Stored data
========

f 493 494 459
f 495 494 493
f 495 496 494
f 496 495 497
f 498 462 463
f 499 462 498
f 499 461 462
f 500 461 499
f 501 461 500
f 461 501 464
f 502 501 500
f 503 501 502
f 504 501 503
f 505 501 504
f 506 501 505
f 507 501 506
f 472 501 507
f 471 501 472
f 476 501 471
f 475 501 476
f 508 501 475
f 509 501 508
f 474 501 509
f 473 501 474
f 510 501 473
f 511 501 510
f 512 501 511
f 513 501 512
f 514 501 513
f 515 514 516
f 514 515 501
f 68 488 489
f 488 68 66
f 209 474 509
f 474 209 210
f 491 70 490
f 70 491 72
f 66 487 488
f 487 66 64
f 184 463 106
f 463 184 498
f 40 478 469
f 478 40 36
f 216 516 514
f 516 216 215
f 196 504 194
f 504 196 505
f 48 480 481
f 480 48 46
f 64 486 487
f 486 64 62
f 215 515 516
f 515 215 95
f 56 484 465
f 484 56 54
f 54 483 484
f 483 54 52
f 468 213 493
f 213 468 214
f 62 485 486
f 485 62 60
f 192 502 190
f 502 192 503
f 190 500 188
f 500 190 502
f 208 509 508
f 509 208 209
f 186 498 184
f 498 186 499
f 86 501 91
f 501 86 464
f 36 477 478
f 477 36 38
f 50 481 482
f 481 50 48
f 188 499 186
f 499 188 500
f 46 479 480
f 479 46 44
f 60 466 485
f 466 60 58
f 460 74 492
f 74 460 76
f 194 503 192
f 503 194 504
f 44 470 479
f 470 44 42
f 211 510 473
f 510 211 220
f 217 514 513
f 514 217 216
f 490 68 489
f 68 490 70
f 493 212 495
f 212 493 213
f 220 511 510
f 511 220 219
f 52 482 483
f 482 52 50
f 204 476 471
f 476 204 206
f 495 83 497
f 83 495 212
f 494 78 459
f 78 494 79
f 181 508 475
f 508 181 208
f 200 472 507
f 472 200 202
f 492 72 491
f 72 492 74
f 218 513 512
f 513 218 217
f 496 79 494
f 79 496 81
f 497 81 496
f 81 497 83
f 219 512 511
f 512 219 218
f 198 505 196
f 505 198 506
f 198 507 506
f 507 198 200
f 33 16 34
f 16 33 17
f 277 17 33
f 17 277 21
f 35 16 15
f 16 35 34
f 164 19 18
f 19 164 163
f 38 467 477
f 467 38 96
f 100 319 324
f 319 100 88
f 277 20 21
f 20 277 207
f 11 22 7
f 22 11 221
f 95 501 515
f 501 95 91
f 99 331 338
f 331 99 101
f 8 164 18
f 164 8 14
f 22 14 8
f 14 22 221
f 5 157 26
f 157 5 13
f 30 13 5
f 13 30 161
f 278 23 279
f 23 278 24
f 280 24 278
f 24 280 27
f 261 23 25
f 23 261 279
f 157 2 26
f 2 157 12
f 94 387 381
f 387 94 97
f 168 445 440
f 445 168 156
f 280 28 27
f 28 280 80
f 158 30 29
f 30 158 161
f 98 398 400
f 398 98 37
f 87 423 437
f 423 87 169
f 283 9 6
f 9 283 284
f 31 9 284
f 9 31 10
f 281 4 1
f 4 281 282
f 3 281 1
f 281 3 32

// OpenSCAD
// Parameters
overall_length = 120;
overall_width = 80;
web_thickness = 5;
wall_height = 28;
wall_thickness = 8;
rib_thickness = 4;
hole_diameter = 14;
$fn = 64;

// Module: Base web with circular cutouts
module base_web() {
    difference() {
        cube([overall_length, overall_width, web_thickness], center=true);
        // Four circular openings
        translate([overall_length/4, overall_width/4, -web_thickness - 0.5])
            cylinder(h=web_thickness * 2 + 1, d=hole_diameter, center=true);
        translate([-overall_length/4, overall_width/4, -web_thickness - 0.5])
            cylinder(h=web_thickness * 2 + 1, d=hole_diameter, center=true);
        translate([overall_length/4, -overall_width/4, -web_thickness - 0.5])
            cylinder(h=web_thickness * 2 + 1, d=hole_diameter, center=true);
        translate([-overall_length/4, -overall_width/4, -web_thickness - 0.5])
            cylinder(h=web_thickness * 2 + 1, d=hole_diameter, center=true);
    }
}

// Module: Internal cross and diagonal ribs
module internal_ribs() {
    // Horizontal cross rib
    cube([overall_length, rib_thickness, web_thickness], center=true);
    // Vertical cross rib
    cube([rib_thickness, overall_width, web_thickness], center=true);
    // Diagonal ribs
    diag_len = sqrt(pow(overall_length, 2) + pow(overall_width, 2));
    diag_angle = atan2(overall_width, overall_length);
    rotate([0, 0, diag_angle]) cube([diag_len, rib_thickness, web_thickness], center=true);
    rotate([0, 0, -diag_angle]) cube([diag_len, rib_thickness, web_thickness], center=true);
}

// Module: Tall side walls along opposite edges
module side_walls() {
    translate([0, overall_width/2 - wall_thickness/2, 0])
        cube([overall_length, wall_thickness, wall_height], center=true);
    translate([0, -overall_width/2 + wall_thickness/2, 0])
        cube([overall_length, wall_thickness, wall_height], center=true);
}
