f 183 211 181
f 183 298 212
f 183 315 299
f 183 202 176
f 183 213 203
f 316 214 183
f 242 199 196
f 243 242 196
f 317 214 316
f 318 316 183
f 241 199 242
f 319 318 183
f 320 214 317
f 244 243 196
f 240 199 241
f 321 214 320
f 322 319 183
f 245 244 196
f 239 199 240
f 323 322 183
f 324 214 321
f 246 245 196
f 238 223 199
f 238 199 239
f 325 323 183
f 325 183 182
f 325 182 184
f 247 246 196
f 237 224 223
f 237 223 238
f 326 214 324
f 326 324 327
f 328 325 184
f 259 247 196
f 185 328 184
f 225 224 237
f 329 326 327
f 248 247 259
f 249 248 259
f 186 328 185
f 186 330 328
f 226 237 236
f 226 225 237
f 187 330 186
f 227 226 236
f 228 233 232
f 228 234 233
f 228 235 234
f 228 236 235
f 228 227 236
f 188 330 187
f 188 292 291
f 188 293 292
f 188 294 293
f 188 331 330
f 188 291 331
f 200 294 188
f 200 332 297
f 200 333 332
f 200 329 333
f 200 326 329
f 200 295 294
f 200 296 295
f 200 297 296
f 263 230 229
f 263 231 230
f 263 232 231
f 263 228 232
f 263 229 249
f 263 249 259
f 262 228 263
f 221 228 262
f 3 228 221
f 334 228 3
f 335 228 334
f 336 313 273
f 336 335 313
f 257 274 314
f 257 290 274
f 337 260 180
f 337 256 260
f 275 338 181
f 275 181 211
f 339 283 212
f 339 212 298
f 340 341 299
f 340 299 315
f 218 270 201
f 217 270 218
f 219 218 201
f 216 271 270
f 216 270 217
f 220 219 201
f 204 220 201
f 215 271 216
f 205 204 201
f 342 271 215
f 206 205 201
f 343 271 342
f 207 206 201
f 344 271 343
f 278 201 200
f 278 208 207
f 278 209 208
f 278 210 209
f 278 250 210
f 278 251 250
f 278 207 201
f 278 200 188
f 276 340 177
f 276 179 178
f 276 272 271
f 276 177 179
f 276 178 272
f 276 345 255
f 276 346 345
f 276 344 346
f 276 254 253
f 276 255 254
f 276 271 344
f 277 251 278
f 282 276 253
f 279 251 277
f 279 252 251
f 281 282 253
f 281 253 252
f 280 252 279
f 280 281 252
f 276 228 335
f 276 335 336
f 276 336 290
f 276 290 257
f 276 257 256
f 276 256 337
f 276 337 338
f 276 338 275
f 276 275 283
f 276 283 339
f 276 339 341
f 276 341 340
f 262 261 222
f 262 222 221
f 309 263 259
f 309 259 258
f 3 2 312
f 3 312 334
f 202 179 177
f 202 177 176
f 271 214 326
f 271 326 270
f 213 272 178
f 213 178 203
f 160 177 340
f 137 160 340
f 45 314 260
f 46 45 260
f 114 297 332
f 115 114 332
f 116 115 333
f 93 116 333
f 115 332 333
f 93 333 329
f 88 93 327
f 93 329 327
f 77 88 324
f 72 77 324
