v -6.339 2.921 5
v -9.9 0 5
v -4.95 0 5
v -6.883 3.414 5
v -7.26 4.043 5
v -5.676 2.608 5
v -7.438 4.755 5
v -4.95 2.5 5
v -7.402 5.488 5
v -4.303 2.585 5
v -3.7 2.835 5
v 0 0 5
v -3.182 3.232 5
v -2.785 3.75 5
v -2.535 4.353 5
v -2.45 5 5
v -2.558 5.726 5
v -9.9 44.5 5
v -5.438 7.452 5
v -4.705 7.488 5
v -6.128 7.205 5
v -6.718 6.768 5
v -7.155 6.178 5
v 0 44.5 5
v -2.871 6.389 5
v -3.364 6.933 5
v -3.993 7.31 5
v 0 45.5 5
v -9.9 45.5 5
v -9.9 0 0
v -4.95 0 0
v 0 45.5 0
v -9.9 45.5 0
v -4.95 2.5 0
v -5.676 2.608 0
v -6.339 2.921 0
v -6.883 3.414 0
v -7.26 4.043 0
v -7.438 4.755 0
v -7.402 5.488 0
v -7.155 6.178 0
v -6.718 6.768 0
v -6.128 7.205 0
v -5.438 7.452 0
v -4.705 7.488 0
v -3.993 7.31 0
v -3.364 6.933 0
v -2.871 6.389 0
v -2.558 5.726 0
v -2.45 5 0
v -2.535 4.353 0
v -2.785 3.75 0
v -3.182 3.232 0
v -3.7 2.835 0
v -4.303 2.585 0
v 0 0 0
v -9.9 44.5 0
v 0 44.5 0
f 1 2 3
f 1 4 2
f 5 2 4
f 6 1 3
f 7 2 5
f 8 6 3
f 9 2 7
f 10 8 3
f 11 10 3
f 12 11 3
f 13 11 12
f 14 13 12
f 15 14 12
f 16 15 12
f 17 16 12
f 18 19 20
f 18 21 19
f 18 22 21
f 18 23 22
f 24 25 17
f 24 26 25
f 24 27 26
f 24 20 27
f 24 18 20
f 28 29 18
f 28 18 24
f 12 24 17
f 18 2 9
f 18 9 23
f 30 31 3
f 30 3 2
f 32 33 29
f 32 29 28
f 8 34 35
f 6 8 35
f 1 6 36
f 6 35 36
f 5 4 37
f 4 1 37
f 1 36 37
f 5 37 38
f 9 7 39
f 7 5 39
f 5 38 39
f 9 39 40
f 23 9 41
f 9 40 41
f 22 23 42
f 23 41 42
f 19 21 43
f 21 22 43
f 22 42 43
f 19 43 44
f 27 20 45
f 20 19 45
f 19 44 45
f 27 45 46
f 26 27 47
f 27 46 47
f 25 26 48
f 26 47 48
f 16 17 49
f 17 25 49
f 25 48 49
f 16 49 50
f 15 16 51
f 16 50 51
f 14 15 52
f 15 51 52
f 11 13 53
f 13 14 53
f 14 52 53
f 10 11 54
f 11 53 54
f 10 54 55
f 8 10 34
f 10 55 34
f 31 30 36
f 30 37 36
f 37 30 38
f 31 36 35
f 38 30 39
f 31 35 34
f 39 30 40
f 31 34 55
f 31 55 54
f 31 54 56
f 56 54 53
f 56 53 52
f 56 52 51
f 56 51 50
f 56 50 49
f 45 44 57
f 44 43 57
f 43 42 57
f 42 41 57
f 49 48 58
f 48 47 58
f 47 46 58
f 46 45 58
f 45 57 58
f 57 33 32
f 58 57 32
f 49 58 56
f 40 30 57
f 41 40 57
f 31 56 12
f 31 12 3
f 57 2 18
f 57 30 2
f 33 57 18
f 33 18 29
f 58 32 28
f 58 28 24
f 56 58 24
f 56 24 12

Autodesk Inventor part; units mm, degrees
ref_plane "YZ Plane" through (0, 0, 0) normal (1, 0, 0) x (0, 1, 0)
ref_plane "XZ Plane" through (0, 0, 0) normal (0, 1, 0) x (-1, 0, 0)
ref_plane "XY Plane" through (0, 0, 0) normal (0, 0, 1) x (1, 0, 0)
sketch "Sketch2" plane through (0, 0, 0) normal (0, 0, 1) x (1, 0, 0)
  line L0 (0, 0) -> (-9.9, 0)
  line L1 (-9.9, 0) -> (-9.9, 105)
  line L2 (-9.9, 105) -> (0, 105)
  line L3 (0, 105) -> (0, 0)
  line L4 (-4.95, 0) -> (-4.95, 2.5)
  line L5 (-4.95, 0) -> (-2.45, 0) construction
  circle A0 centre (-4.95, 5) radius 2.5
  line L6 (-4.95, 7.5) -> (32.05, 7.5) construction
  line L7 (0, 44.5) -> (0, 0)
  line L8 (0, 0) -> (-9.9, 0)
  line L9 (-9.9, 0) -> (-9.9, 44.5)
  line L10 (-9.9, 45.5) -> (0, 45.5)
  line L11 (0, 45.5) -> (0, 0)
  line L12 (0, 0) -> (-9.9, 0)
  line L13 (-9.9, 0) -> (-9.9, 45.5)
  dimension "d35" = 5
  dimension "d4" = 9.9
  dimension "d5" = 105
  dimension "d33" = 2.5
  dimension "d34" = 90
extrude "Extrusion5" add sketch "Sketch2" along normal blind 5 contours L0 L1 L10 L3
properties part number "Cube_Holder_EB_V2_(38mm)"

========

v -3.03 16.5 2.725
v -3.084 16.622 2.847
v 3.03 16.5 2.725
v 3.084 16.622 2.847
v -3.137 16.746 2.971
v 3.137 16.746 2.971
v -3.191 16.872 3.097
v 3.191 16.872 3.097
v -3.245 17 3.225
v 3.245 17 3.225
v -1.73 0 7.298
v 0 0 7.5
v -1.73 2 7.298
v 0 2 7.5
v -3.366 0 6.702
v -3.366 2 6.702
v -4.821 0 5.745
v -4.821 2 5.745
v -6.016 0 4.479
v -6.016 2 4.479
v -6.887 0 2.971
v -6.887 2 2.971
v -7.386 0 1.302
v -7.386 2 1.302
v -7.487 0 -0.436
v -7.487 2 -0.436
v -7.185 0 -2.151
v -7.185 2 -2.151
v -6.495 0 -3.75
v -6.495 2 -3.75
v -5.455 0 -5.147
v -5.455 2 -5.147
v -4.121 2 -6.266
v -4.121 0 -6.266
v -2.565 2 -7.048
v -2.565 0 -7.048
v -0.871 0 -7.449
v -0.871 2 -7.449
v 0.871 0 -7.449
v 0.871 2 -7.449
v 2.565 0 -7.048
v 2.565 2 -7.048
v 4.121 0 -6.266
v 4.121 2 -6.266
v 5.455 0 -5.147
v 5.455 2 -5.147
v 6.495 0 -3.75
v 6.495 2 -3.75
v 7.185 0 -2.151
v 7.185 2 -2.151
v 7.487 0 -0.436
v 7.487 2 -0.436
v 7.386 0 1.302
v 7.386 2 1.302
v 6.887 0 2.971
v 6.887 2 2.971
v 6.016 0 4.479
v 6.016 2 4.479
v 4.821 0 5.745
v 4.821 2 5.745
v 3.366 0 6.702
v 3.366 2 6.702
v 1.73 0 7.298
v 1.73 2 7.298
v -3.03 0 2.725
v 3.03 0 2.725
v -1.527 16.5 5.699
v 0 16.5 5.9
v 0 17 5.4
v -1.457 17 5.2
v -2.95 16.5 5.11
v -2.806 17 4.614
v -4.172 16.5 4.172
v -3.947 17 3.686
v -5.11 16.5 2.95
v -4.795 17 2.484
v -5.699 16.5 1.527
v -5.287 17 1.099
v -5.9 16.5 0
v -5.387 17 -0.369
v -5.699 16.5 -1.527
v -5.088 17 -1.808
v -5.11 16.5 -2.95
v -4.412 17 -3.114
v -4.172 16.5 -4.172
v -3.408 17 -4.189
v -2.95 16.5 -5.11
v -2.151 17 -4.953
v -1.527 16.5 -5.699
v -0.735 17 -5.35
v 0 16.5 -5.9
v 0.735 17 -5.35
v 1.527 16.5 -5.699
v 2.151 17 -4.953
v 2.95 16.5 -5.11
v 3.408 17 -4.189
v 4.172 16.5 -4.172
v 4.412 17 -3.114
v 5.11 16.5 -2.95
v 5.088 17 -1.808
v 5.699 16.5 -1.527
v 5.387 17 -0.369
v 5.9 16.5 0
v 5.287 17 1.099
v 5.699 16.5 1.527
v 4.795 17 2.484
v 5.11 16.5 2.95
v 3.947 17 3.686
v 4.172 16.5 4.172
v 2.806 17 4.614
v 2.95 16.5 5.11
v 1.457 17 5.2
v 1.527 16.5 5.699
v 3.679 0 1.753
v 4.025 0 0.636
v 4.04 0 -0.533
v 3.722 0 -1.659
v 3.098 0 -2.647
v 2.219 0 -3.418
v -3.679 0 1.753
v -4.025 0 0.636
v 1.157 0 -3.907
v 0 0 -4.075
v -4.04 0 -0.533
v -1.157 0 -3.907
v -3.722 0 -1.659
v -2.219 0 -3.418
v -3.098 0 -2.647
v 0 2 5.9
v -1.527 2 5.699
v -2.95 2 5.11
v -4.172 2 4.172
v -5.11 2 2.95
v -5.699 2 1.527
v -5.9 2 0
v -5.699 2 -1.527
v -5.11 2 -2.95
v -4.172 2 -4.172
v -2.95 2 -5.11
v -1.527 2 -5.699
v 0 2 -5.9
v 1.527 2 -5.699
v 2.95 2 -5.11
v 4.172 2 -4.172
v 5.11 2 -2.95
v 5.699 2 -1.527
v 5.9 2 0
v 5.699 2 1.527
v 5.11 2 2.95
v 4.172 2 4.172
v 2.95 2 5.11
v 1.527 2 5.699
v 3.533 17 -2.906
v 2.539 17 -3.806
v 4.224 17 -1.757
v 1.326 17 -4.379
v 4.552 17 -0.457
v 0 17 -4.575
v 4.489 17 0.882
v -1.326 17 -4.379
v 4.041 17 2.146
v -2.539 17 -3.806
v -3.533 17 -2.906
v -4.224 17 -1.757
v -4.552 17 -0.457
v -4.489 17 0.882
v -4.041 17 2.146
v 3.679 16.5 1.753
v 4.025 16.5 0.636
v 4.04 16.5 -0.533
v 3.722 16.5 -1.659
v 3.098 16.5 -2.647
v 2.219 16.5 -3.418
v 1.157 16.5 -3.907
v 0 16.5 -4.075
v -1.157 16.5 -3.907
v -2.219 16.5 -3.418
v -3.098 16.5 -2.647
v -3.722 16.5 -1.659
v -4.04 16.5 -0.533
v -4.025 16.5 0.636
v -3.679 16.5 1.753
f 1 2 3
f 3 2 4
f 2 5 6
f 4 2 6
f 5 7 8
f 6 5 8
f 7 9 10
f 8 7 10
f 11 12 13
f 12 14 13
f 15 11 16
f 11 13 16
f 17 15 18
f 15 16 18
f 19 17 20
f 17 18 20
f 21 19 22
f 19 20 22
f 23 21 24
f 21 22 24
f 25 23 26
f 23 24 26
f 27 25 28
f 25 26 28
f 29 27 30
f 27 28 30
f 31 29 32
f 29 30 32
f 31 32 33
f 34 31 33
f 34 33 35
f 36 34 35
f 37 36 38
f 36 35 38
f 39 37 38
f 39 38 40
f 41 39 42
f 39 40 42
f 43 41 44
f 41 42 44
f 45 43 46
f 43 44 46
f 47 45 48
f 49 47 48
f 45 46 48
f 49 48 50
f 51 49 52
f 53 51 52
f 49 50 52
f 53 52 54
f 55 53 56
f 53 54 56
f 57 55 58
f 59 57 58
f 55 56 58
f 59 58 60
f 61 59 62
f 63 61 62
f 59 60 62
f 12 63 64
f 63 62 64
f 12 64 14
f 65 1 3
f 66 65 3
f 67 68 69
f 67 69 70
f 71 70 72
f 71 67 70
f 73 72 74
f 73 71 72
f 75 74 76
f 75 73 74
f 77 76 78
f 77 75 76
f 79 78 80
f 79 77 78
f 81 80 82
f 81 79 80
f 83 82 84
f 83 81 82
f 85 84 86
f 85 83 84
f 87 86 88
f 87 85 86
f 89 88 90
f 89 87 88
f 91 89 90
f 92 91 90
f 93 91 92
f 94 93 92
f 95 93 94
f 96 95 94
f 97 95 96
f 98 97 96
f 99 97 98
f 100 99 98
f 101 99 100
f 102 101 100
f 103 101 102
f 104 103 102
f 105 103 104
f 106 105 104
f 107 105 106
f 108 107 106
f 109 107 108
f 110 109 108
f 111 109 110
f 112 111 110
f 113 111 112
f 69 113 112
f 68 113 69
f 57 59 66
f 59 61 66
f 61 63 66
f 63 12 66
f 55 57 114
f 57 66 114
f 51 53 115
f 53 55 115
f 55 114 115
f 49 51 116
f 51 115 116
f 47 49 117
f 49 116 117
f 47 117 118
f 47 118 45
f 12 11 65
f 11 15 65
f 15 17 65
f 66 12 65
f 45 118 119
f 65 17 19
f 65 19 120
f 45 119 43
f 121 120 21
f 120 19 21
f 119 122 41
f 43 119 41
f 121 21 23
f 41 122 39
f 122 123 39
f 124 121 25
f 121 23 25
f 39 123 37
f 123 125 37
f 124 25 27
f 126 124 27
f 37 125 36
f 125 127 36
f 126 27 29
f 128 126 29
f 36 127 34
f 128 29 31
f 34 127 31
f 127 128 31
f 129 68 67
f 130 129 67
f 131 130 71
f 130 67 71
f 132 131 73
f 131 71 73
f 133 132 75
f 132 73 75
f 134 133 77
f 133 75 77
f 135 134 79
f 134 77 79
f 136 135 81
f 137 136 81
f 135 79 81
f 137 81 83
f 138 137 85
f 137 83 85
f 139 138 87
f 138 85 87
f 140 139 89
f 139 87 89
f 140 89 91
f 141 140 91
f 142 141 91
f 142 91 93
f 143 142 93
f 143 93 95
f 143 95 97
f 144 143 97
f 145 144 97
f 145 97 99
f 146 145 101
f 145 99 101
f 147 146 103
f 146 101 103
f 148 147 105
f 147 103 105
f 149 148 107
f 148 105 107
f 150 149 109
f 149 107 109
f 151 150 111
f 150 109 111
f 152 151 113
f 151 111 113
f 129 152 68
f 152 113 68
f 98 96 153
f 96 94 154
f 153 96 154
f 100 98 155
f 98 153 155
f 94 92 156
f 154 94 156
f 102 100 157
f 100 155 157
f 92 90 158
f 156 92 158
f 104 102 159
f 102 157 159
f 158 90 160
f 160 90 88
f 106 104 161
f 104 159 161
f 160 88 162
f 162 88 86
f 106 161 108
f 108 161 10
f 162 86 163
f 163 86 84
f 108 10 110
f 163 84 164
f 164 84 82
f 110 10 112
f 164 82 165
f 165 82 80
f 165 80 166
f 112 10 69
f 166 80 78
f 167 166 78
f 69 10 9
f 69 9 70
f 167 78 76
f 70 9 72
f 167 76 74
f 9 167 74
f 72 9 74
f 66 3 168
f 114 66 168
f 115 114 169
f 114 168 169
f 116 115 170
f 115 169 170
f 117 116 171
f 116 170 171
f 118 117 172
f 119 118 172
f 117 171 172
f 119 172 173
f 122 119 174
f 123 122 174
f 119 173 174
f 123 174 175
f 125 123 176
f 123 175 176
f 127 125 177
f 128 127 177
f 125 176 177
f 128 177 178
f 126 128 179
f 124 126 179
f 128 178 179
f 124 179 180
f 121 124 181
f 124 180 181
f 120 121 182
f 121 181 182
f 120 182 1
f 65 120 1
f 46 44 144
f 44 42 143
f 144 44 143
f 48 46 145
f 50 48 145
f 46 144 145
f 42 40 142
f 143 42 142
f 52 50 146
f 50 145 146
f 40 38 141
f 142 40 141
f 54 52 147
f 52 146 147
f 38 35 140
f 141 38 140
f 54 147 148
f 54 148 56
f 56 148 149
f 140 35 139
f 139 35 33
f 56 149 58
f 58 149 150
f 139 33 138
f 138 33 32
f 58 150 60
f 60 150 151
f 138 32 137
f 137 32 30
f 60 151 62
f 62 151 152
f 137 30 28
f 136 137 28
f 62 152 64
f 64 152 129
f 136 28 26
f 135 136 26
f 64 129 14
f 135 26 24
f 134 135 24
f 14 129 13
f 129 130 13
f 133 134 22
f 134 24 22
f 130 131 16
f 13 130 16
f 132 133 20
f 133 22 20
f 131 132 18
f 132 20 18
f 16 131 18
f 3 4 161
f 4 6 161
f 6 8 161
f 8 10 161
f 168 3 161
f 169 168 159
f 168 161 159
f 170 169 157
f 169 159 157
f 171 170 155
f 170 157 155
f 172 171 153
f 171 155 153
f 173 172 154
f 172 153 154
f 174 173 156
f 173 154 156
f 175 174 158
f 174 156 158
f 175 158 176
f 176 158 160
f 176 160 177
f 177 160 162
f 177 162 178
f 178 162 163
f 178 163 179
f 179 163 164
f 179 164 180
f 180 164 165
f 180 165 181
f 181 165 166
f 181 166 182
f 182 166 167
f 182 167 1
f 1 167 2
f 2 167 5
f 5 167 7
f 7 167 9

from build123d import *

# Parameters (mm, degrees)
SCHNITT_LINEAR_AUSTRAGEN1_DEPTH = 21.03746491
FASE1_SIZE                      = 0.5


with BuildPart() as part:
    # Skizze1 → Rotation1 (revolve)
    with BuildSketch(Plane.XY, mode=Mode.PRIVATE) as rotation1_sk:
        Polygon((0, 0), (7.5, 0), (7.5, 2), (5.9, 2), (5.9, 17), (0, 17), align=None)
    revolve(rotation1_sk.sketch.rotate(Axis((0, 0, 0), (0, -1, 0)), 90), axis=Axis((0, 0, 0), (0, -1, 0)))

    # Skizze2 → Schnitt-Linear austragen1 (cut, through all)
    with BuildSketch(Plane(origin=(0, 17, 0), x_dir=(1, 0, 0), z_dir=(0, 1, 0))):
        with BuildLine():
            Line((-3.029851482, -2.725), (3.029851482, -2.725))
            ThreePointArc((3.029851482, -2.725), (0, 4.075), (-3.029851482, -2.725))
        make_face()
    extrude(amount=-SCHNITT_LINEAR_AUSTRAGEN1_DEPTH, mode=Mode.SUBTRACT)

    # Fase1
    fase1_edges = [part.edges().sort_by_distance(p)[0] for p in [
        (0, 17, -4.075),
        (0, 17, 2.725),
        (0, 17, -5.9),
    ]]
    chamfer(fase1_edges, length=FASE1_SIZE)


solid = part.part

========

• Instructions to follow: Only a number belongs in the answer: state how many lines of the entries above hold "cross".

• Response area: 3